The answer must be the full listing, repeated word for word.

=== Records to process ===

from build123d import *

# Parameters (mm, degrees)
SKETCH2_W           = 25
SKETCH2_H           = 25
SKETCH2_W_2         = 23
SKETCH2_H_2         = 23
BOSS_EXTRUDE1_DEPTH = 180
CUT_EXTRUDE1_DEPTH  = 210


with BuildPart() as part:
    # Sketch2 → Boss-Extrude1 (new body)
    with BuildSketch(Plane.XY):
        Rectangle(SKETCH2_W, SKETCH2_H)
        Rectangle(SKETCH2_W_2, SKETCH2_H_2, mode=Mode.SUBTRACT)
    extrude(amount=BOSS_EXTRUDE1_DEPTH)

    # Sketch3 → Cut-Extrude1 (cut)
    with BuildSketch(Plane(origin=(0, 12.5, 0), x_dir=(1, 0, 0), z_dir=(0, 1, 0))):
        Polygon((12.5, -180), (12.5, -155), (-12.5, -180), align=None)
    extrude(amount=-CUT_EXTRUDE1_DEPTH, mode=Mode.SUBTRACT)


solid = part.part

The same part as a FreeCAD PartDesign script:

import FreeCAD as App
import Part
import Sketcher

doc = App.newDocument("Part")
body = doc.addObject("PartDesign::Body", "Body")

# Sketch on XY plane
sketch1 = doc.addObject("Sketcher::SketchObject", "Sketch")
body.addObject(sketch1)
sketch1.AttachmentSupport = (doc.XY_Plane, [""])
sketch1.MapMode = "FlatFace"
sketch1.addGeometry([
    Part.LineSegment(App.Vector(-12, 12, 0), App.Vector(-12, -12, 0)),  # 0
    Part.LineSegment(App.Vector(-12, -12, 0), App.Vector(12, -12, 0)),  # 1
    Part.LineSegment(App.Vector(12, -12, 0), App.Vector(12, 12, 0)),  # 2
    Part.LineSegment(App.Vector(12, 12, 0), App.Vector(-12, 12, 0)),  # 3
    Part.LineSegment(App.Vector(12, -12, 0), App.Vector(-12, -12, 0)),  # 4
    Part.LineSegment(App.Vector(-12, -12, 0), App.Vector(-12, 12, 0)),  # 5
    Part.LineSegment(App.Vector(-12, 12, 0), App.Vector(12, 12, 0)),  # 6
    Part.LineSegment(App.Vector(12, 12, 0), App.Vector(12, -12, 0)),  # 7
], False)
sketch1.addConstraint([
    Sketcher.Constraint("Coincident", 0, 2, 1, 1),
    Sketcher.Constraint("Coincident", 1, 2, 2, 1),
    Sketcher.Constraint("Coincident", 2, 2, 3, 1),
    Sketcher.Constraint("Coincident", 3, 2, 0, 1),
    Sketcher.Constraint("Coincident", 4, 2, 5, 1),
    Sketcher.Constraint("Coincident", 5, 2, 6, 1),
    Sketcher.Constraint("Coincident", 6, 2, 7, 1),
    Sketcher.Constraint("Coincident", 7, 2, 4, 1),
    Sketcher.Constraint("Vertical", 0),
    Sketcher.Constraint("Horizontal", 1),
    Sketcher.Constraint("Vertical", 2),
    Sketcher.Constraint("Horizontal", 3),
    Sketcher.Constraint("Horizontal", 4),
    Sketcher.Constraint("Vertical", 5),
    Sketcher.Constraint("Horizontal", 6),
    Sketcher.Constraint("Vertical", 7),
    Sketcher.Constraint("Symmetric", 0, 2, 2, 2, -1, 1),
    Sketcher.Constraint("Symmetric", 4, 2, 6, 2, -1, 1),
    Sketcher.Constraint("Equal", 3, 0),
    Sketcher.Constraint("Equal", 6, 5),
    Sketcher.Constraint("DistanceX", 1, 1, 1, 2, 25.0),
    Sketcher.Constraint("DistanceX", 4, 2, 4, 1, 23.0),
])
pad1 = doc.addObject("PartDesign::Pad", "Pad")
body.addObject(pad1)
pad1.Profile = sketch1
pad1.Length = 180

# Sketch on XZ plane
sketch2 = doc.addObject("Sketcher::SketchObject", "Sketch001")
body.addObject(sketch2)
sketch2.AttachmentSupport = (doc.XZ_Plane, [""])
sketch2.MapMode = "FlatFace"
sketch2.AttachmentOffset = App.Placement(App.Vector(0, 0, -12.5), App.Rotation())
sketch2.addGeometry([
    Part.LineSegment(App.Vector(12, 180, 0), App.Vector(12, 155, 0)),
    Part.LineSegment(App.Vector(12, 155, 0), App.Vector(-12, 180, 0)),
    Part.LineSegment(App.Vector(-12, 180, 0), App.Vector(12, 180, 0)),
], False)
sketch2.addConstraint([
    Sketcher.Constraint("Coincident", 0, 2, 1, 1),
    Sketcher.Constraint("Coincident", 1, 2, 2, 1),
    Sketcher.Constraint("Coincident", 2, 2, 0, 1),
    Sketcher.Constraint("Vertical", 0),
    Sketcher.Constraint("Horizontal", 2),
    Sketcher.Constraint("Equal", 2, 0),
    Sketcher.Constraint("DistanceX", 2, 1, 2, 2, 25.0),
    Sketcher.Constraint("DistanceY", -1, 1, 0, 2, 155.0),
    Sketcher.Constraint("DistanceX", -1, 1, 0, 2, 12.5),
])
pocket1 = doc.addObject("PartDesign::Pocket", "Pocket")
body.addObject(pocket1)
pocket1.Profile = sketch2
pocket1.Length = 210
pocket1.Reversed = True

doc.recompute()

===

[The completed task]
from build123d import *

# Parameters (mm, degrees)
SKETCH2_W           = 25
SKETCH2_H           = 25
SKETCH2_W_2         = 23
SKETCH2_H_2         = 23
BOSS_EXTRUDE1_DEPTH = 180
CUT_EXTRUDE1_DEPTH  = 210


with BuildPart() as part:
    # Sketch2 → Boss-Extrude1 (new body)
    with BuildSketch(Plane.XY):
        Rectangle(SKETCH2_W, SKETCH2_H)
        Rectangle(SKETCH2_W_2, SKETCH2_H_2, mode=Mode.SUBTRACT)
    extrude(amount=BOSS_EXTRUDE1_DEPTH)

    # Sketch3 → Cut-Extrude1 (cut)
    with BuildSketch(Plane(origin=(0, 12.5, 0), x_dir=(1, 0, 0), z_dir=(0, 1, 0))):
        Polygon((12.5, -180), (12.5, -155), (-12.5, -180), align=None)
    extrude(amount=-CUT_EXTRUDE1_DEPTH, mode=Mode.SUBTRACT)


solid = part.part

The same part as a FreeCAD PartDesign script:

import FreeCAD as App
import Part
import Sketcher

doc = App.newDocument("Part")
body = doc.addObject("PartDesign::Body", "Body")

# Sketch on XY plane
sketch1 = doc.addObject("Sketcher::SketchObject", "Sketch")
body.addObject(sketch1)
sketch1.AttachmentSupport = (doc.XY_Plane, [""])
sketch1.MapMode = "FlatFace"
sketch1.addGeometry([
    Part.LineSegment(App.Vector(-12, 12, 0), App.Vector(-12, -12, 0)),  # 0
    Part.LineSegment(App.Vector(-12, -12, 0), App.Vector(12, -12, 0)),  # 1
    Part.LineSegment(App.Vector(12, -12, 0), App.Vector(12, 12, 0)),  # 2
    Part.LineSegment(App.Vector(12, 12, 0), App.Vector(-12, 12, 0)),  # 3
    Part.LineSegment(App.Vector(12, -12, 0), App.Vector(-12, -12, 0)),  # 4
    Part.LineSegment(App.Vector(-12, -12, 0), App.Vector(-12, 12, 0)),  # 5
    Part.LineSegment(App.Vector(-12, 12, 0), App.Vector(12, 12, 0)),  # 6
    Part.LineSegment(App.Vector(12, 12, 0), App.Vector(12, -12, 0)),  # 7
], False)
sketch1.addConstraint([
    Sketcher.Constraint("Coincident", 0, 2, 1, 1),
    Sketcher.Constraint("Coincident", 1, 2, 2, 1),
    Sketcher.Constraint("Coincident", 2, 2, 3, 1),
    Sketcher.Constraint("Coincident", 3, 2, 0, 1),
    Sketcher.Constraint("Coincident", 4, 2, 5, 1),
    Sketcher.Constraint("Coincident", 5, 2, 6, 1),
    Sketcher.Constraint("Coincident", 6, 2, 7, 1),
    Sketcher.Constraint("Coincident", 7, 2, 4, 1),
    Sketcher.Constraint("Vertical", 0),
    Sketcher.Constraint("Horizontal", 1),
    Sketcher.Constraint("Vertical", 2),
    Sketcher.Constraint("Horizontal", 3),
    Sketcher.Constraint("Horizontal", 4),
    Sketcher.Constraint("Vertical", 5),
    Sketcher.Constraint("Horizontal", 6),
    Sketcher.Constraint("Vertical", 7),
    Sketcher.Constraint("Symmetric", 0, 2, 2, 2, -1, 1),
    Sketcher.Constraint("Symmetric", 4, 2, 6, 2, -1, 1),
    Sketcher.Constraint("Equal", 3, 0),
    Sketcher.Constraint("Equal", 6, 5),
    Sketcher.Constraint("DistanceX", 1, 1, 1, 2, 25.0),
    Sketcher.Constraint("DistanceX", 4, 2, 4, 1, 23.0),
])
pad1 = doc.addObject("PartDesign::Pad", "Pad")
body.addObject(pad1)
pad1.Profile = sketch1
pad1.Length = 180

# Sketch on XZ plane
sketch2 = doc.addObject("Sketcher::SketchObject", "Sketch001")
body.addObject(sketch2)
sketch2.AttachmentSupport = (doc.XZ_Plane, [""])
sketch2.MapMode = "FlatFace"
sketch2.AttachmentOffset = App.Placement(App.Vector(0, 0, -12.5), App.Rotation())
sketch2.addGeometry([
    Part.LineSegment(App.Vector(12, 180, 0), App.Vector(12, 155, 0)),
    Part.LineSegment(App.Vector(12, 155, 0), App.Vector(-12, 180, 0)),
    Part.LineSegment(App.Vector(-12, 180, 0), App.Vector(12, 180, 0)),
], False)
sketch2.addConstraint([
    Sketcher.Constraint("Coincident", 0, 2, 1, 1),
    Sketcher.Constraint("Coincident", 1, 2, 2, 1),
    Sketcher.Constraint("Coincident", 2, 2, 0, 1),
    Sketcher.Constraint("Vertical", 0),
    Sketcher.Constraint("Horizontal", 2),
    Sketcher.Constraint("Equal", 2, 0),
    Sketcher.Constraint("DistanceX", 2, 1, 2, 2, 25.0),
    Sketcher.Constraint("DistanceY", -1, 1, 0, 2, 155.0),
    Sketcher.Constraint("DistanceX", -1, 1, 0, 2, 12.5),
])
pocket1 = doc.addObject("PartDesign::Pocket", "Pocket")
body.addObject(pocket1)
pocket1.Profile = sketch2
pocket1.Length = 210
pocket1.Reversed = True

doc.recompute()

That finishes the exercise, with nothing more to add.